● **WHAT YOU SHOULD DO**
Filter the records below, keeping only lines with the string "blind".

Data extracted from a collection

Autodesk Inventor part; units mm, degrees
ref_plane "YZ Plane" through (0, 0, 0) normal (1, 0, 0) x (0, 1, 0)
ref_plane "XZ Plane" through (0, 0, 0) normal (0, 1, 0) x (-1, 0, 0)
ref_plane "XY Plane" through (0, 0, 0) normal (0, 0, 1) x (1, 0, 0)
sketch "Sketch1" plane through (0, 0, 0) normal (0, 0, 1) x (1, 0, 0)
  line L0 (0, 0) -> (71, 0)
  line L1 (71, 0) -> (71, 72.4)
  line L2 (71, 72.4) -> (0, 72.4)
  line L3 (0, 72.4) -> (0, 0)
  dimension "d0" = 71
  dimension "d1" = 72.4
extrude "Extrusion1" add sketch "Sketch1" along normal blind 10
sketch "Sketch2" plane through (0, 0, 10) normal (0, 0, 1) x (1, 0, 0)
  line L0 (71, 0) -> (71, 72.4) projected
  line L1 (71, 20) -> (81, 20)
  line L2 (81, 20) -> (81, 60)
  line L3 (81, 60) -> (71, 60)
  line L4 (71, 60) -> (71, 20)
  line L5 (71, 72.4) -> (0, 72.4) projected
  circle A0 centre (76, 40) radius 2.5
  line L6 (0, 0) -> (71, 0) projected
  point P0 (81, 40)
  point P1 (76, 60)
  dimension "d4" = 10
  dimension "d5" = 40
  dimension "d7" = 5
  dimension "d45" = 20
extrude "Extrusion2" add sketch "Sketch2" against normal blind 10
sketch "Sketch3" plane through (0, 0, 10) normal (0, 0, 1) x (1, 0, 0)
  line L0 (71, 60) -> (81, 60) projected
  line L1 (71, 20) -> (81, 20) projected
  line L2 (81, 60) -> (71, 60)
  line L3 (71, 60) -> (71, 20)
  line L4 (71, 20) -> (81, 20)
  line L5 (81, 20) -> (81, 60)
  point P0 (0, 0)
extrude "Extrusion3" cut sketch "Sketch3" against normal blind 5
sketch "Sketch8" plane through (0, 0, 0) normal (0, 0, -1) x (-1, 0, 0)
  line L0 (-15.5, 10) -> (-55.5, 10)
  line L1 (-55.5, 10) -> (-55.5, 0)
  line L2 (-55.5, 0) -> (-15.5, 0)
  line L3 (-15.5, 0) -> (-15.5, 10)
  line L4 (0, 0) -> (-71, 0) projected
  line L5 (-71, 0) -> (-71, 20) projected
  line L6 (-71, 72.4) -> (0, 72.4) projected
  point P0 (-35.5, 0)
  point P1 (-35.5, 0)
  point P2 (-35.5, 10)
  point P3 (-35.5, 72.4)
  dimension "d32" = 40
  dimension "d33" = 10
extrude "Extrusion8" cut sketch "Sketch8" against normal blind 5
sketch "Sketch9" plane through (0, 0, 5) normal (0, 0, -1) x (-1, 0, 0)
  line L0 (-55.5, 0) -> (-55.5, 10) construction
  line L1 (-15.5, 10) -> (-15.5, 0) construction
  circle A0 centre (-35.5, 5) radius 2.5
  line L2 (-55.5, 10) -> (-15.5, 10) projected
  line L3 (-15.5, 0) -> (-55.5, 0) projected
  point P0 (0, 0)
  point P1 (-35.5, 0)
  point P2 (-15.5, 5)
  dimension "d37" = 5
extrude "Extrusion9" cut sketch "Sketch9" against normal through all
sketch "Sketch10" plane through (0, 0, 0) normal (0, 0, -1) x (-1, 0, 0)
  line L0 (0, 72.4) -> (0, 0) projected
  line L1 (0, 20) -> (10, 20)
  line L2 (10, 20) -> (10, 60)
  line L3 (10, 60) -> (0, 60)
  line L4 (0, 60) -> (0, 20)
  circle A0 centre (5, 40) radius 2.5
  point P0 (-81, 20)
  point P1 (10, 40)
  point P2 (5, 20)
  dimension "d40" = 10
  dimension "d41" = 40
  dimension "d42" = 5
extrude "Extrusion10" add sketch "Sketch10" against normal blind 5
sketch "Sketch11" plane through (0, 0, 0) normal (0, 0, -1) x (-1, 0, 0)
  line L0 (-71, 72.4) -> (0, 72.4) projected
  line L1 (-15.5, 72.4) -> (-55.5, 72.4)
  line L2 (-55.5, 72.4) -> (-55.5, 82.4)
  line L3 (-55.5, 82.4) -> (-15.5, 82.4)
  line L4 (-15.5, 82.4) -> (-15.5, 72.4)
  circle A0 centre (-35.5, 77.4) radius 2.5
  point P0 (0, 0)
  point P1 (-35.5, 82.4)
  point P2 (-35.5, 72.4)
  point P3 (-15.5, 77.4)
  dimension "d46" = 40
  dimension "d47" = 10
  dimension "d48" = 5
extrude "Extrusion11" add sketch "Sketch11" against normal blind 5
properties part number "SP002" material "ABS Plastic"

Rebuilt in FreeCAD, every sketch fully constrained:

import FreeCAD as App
import Part
import Sketcher
Q = App.Units.Quantity


def add_polygon(sketch, points):
    """Adds a closed chain of lines whose ends are joined by coincident constraints."""
    first, n = sketch.GeometryCount, len(points)
    for a, b in zip(points, points[1:] + points[:1]):
        sketch.addGeometry(Part.LineSegment(App.Vector(*a, 0), App.Vector(*b, 0)), False)
    for i in range(n):
        sketch.addConstraint(Sketcher.Constraint("Coincident", first + i, 2, first + (i + 1) % n, 1))

doc = App.newDocument("Part")
body = doc.addObject("PartDesign::Body", "Body")

sketch1 = body.newObject("Sketcher::SketchObject", "Sketch")
sketch1.AttachmentSupport = (doc.getObject("XY_Plane"), [""])
sketch1.MapMode = "FlatFace"
add_polygon(sketch1, [(0, 72.4), (0, 0), (71, 0), (71, 72.4)])
sketch1.addConstraint([
    Sketcher.Constraint("Vertical", 0),
    Sketcher.Constraint("Horizontal", 1),
    Sketcher.Constraint("Vertical", 2),
    Sketcher.Constraint("Horizontal", 3),
    Sketcher.Constraint("Coincident", 0, 2, -1, 1),
    Sketcher.Constraint("DistanceX", 1, 1, 1, 2, Q("71 mm")),
    Sketcher.Constraint("DistanceY", 0, 2, 0, 1, Q("72.4 mm")),
])
pad1 = body.newObject("PartDesign::Pad", "Pad")
pad1.Profile = sketch1
pad1.Length = 10

sketch2 = body.newObject("Sketcher::SketchObject", "Sketch001")
sketch2.AttachmentSupport = (doc.getObject("XY_Plane"), [""])
sketch2.MapMode = "FlatFace"
sketch2.AttachmentOffset = App.Placement(App.Vector(0, 0, 10), App.Rotation())
add_polygon(sketch2, [(71, 60), (71, 20), (81, 20), (81, 60)])
sketch2.addGeometry(Part.Circle(App.Vector(76, 40, 0), App.Vector(0, 0, 1), 2.5), False)
sketch2.addConstraint([
    Sketcher.Constraint("Vertical", 0),
    Sketcher.Constraint("Horizontal", 1),
    Sketcher.Constraint("Vertical", 2),
    Sketcher.Constraint("Horizontal", 3),
    Sketcher.Constraint("Diameter", 4, Q("5 mm")),
    Sketcher.Constraint("DistanceX", 1, 1, 1, 2, Q("10 mm")),
    Sketcher.Constraint("DistanceY", 0, 2, 0, 1, Q("40 mm")),
    Sketcher.Constraint("DistanceY", -1, 1, 4, 3, Q("40 mm")),
    Sketcher.Constraint("DistanceY", -1, 1, 0, 2, Q("20 mm")),
    Sketcher.Constraint("DistanceX", 0, 2, 4, 3, Q("5 mm")),
    Sketcher.Constraint("DistanceX", -1, 1, 4, 3, Q("76 mm")),
])
pad2 = body.newObject("PartDesign::Pad", "Pad001")
pad2.Profile = sketch2
pad2.Length = 10
pad2.Reversed = True

sketch3 = body.newObject("Sketcher::SketchObject", "Sketch002")
sketch3.AttachmentSupport = (doc.getObject("XY_Plane"), [""])
sketch3.MapMode = "FlatFace"
sketch3.AttachmentOffset = App.Placement(App.Vector(0, 0, 10), App.Rotation())
add_polygon(sketch3, [(81, 60), (71, 60), (71, 20), (81, 20)])
sketch3.addConstraint([
    Sketcher.Constraint("Horizontal", 0),
    Sketcher.Constraint("Vertical", 1),
    Sketcher.Constraint("Horizontal", 2),
    Sketcher.Constraint("Vertical", 3),
    Sketcher.Constraint("DistanceX", 0, 2, 0, 1, Q("10 mm")),
    Sketcher.Constraint("DistanceY", 1, 2, 1, 1, Q("40 mm")),
    Sketcher.Constraint("DistanceX", -1, 1, 0, 2, Q("71 mm")),
    Sketcher.Constraint("DistanceY", -1, 1, 0, 2, Q("60 mm")),
])
pocket1 = body.newObject("PartDesign::Pocket", "Pocket")
pocket1.Profile = sketch3
pocket1.Length = 5

sketch4 = body.newObject("Sketcher::SketchObject", "Sketch003")
sketch4.AttachmentSupport = (doc.getObject("XY_Plane"), [""])
sketch4.MapMode = "FlatFace"
add_polygon(sketch4, [(15.5, 0), (15.5, 10), (55.5, 10), (55.5, 0)])
sketch4.addConstraint([
    Sketcher.Constraint("Vertical", 0),
    Sketcher.Constraint("Horizontal", 1),
    Sketcher.Constraint("Vertical", 2),
    Sketcher.Constraint("Horizontal", 3),
    Sketcher.Constraint("PointOnObject", 2, 2, -1),
    Sketcher.Constraint("DistanceX", 1, 1, 1, 2, Q("40 mm")),
    Sketcher.Constraint("DistanceY", 0, 1, 0, 2, Q("10 mm")),
    Sketcher.Constraint("DistanceX", -1, 1, 0, 2, Q("15.5 mm")),
])
pocket2 = body.newObject("PartDesign::Pocket", "Pocket001")
pocket2.Profile = sketch4
pocket2.Length = 5
pocket2.Reversed = True

sketch5 = body.newObject("Sketcher::SketchObject", "Sketch004")
sketch5.AttachmentSupport = (doc.getObject("XY_Plane"), [""])
sketch5.MapMode = "FlatFace"
sketch5.AttachmentOffset = App.Placement(App.Vector(0, 0, 5), App.Rotation())
sketch5.addGeometry(Part.Circle(App.Vector(35.5, 5, 0), App.Vector(0, 0, 1), 2.5), False)
sketch5.addConstraint([
    Sketcher.Constraint("Diameter", 0, Q("5 mm")),
    Sketcher.Constraint("DistanceY", -1, 1, 0, 3, Q("5 mm")),
    Sketcher.Constraint("DistanceX", -1, 1, 0, 3, Q("35.5 mm")),
])
pocket3 = body.newObject("PartDesign::Pocket", "Pocket002")
pocket3.Profile = sketch5
pocket3.Type = "ThroughAll"
pocket3.Reversed = True

sketch6 = body.newObject("Sketcher::SketchObject", "Sketch005")
sketch6.AttachmentSupport = (doc.getObject("XY_Plane"), [""])
sketch6.MapMode = "FlatFace"
add_polygon(sketch6, [(-10, 60), (0, 60), (0, 20), (-10, 20)])
sketch6.addGeometry(Part.Circle(App.Vector(-5, 40, 0), App.Vector(0, 0, 1), 2.5), False)
sketch6.addConstraint([
    Sketcher.Constraint("Horizontal", 0),
    Sketcher.Constraint("Vertical", 1),
    Sketcher.Constraint("Horizontal", 2),
    Sketcher.Constraint("Vertical", 3),
    Sketcher.Constraint("PointOnObject", 0, 2, -2),
    Sketcher.Constraint("Diameter", 4, Q("5 mm")),
    Sketcher.Constraint("DistanceX", 0, 1, 0, 2, Q("10 mm")),
    Sketcher.Constraint("DistanceY", 1, 2, 1, 1, Q("40 mm")),
    Sketcher.Constraint("DistanceX", 4, 3, -1, 1, Q("5 mm")),
    Sketcher.Constraint("DistanceY", -1, 1, 4, 3, Q("40 mm")),
    Sketcher.Constraint("DistanceY", -1, 1, 0, 2, Q("60 mm")),
])
pad3 = body.newObject("PartDesign::Pad", "Pad002")
pad3.Profile = sketch6
pad3.Length = 5

sketch7 = body.newObject("Sketcher::SketchObject", "Sketch006")
sketch7.AttachmentSupport = (doc.getObject("XY_Plane"), [""])
sketch7.MapMode = "FlatFace"
add_polygon(sketch7, [(55.5, 82.4), (55.5, 72.4), (15.5, 72.4), (15.5, 82.4)])
sketch7.addGeometry(Part.Circle(App.Vector(35.5, 77.4, 0), App.Vector(0, 0, 1), 2.5), False)
sketch7.addConstraint([
    Sketcher.Constraint("Vertical", 0),
    Sketcher.Constraint("Horizontal", 1),
    Sketcher.Constraint("Vertical", 2),
    Sketcher.Constraint("Horizontal", 3),
    Sketcher.Constraint("Diameter", 4, Q("5 mm")),
    Sketcher.Constraint("DistanceX", 1, 2, 1, 1, Q("40 mm")),
    Sketcher.Constraint("DistanceY", 0, 2, 0, 1, Q("10 mm")),
    Sketcher.Constraint("DistanceY", 0, 2, 4, 3, Q("5 mm")),
    Sketcher.Constraint("DistanceX", 4, 3, 0, 2, Q("20 mm")),
    Sketcher.Constraint("DistanceX", -1, 1, 4, 3, Q("35.5 mm")),
    Sketcher.Constraint("DistanceY", -1, 1, 4, 3, Q("77.4 mm")),
])
pad4 = body.newObject("PartDesign::Pad", "Pad003")
pad4.Profile = sketch7
pad4.Length = 5

doc.recompute()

● **REPLY TO THE EXERCISE**
extrude "Extrusion1" add sketch "Sketch1" along normal blind 10
extrude "Extrusion2" add sketch "Sketch2" against normal blind 10
extrude "Extrusion3" cut sketch "Sketch3" against normal blind 5
extrude "Extrusion8" cut sketch "Sketch8" against normal blind 5
extrude "Extrusion10" add sketch "Sketch10" against normal blind 5
extrude "Extrusion11" add sketch "Sketch11" against normal blind 5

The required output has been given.